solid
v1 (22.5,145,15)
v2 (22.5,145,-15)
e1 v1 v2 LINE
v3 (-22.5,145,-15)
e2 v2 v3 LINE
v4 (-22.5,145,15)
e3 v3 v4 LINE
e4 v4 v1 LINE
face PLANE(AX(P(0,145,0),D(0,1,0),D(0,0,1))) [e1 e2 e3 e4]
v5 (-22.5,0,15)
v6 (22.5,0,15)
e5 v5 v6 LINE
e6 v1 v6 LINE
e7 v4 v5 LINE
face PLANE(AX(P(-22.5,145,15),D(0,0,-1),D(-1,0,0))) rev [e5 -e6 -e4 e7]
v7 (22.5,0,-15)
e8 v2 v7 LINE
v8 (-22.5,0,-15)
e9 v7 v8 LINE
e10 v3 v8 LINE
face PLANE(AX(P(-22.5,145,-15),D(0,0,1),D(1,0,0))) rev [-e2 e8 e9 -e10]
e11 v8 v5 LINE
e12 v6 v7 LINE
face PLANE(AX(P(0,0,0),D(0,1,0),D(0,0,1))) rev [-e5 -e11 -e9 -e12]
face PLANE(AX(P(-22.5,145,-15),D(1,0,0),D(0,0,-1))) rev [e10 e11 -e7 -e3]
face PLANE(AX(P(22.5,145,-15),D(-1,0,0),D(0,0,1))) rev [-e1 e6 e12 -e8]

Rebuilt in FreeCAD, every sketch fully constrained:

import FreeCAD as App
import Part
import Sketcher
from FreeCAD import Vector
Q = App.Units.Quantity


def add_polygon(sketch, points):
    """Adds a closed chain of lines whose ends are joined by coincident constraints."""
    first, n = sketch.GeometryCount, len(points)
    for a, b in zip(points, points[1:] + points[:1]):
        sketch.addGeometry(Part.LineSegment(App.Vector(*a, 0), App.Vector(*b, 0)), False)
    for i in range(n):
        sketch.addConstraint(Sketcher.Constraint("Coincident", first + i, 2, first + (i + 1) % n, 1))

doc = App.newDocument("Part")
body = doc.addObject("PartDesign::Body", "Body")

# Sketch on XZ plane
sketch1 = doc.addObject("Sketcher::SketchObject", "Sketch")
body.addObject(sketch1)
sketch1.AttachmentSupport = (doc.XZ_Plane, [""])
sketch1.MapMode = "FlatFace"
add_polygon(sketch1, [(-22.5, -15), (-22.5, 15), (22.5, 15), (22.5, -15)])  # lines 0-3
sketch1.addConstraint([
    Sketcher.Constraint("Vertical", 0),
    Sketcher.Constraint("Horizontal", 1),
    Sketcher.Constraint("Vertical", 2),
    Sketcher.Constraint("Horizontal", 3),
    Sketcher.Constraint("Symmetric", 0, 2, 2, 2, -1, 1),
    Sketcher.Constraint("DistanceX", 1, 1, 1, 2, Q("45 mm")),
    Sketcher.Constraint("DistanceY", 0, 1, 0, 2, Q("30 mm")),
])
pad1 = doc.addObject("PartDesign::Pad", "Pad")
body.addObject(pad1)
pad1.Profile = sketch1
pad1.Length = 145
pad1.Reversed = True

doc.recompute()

...

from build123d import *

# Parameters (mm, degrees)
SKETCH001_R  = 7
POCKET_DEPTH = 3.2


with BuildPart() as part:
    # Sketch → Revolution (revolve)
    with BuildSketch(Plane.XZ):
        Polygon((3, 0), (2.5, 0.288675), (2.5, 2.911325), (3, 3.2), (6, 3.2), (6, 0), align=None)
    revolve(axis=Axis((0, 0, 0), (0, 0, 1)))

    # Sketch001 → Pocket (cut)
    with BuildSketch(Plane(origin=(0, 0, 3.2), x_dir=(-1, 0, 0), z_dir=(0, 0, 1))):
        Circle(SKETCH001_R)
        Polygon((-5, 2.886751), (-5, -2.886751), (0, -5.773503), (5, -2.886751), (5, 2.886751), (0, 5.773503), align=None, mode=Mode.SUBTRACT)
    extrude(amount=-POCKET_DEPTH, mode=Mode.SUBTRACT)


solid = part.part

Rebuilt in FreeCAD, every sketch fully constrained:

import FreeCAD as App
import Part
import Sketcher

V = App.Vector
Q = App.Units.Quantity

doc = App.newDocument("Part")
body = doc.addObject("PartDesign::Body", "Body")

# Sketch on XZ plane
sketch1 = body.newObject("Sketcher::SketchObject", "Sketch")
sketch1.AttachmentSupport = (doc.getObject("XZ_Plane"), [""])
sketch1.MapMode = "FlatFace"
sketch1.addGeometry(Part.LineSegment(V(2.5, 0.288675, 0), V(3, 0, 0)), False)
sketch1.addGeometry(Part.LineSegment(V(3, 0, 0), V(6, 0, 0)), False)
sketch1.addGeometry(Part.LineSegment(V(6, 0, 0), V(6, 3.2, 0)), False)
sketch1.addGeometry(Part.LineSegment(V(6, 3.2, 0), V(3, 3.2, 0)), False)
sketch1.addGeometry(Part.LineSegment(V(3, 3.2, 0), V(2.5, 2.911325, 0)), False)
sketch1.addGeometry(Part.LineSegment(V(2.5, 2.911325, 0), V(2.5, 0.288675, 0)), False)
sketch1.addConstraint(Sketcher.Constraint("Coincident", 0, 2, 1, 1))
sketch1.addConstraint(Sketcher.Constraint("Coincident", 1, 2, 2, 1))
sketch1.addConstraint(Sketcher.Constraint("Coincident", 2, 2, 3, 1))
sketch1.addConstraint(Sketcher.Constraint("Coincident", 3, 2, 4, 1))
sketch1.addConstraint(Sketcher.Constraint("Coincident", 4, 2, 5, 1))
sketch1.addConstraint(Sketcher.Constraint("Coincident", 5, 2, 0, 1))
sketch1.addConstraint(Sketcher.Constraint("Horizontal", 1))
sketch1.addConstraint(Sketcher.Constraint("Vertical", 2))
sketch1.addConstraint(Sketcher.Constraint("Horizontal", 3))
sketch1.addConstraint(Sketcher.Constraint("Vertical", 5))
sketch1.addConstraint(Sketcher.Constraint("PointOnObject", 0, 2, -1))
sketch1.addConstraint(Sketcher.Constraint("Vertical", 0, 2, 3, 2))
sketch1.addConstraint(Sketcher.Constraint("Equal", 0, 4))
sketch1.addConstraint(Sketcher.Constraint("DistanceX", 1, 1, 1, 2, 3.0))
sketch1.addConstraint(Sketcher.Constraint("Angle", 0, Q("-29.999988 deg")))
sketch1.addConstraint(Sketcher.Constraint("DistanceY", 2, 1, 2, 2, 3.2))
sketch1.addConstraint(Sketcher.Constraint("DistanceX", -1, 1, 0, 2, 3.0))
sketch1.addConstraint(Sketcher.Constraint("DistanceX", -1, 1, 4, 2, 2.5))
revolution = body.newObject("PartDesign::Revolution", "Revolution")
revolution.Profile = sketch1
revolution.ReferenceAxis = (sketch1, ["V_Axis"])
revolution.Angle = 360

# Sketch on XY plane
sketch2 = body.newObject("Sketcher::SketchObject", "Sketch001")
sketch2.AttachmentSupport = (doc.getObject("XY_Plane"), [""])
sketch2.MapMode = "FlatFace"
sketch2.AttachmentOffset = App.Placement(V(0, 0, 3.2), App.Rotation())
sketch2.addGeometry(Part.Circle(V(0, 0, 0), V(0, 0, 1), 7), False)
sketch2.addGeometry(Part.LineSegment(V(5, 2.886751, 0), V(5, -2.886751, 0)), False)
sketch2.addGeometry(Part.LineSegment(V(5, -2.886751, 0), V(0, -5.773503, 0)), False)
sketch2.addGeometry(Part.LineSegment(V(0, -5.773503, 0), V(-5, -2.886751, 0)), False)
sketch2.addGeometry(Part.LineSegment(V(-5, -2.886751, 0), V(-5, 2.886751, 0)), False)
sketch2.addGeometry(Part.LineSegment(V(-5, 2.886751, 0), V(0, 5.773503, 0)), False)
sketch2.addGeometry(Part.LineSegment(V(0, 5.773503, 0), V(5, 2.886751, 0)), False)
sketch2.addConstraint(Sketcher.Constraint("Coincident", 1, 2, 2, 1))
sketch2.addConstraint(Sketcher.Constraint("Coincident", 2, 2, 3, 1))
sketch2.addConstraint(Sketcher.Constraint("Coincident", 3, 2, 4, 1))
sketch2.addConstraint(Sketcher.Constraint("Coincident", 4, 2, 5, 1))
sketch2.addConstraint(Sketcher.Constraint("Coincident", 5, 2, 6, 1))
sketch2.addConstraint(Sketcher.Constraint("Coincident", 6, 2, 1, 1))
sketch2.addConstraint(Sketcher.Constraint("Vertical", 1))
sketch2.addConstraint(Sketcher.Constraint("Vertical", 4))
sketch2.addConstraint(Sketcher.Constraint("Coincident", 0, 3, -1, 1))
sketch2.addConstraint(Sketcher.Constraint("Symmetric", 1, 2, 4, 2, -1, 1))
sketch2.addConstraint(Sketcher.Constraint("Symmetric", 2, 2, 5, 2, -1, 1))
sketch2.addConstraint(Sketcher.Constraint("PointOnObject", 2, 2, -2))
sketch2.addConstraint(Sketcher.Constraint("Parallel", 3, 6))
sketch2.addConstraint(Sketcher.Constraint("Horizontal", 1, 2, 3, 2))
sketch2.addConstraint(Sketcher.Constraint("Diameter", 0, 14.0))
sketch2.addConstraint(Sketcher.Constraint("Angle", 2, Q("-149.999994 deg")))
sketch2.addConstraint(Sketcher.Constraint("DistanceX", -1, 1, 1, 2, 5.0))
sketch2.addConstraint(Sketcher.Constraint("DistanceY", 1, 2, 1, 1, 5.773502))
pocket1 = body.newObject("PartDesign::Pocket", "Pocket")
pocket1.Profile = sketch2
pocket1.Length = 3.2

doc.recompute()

*Task*:
Scan each line of the entries above for the word "revolve" and report how many lines contain it, with nothing else.

*Task result*:
2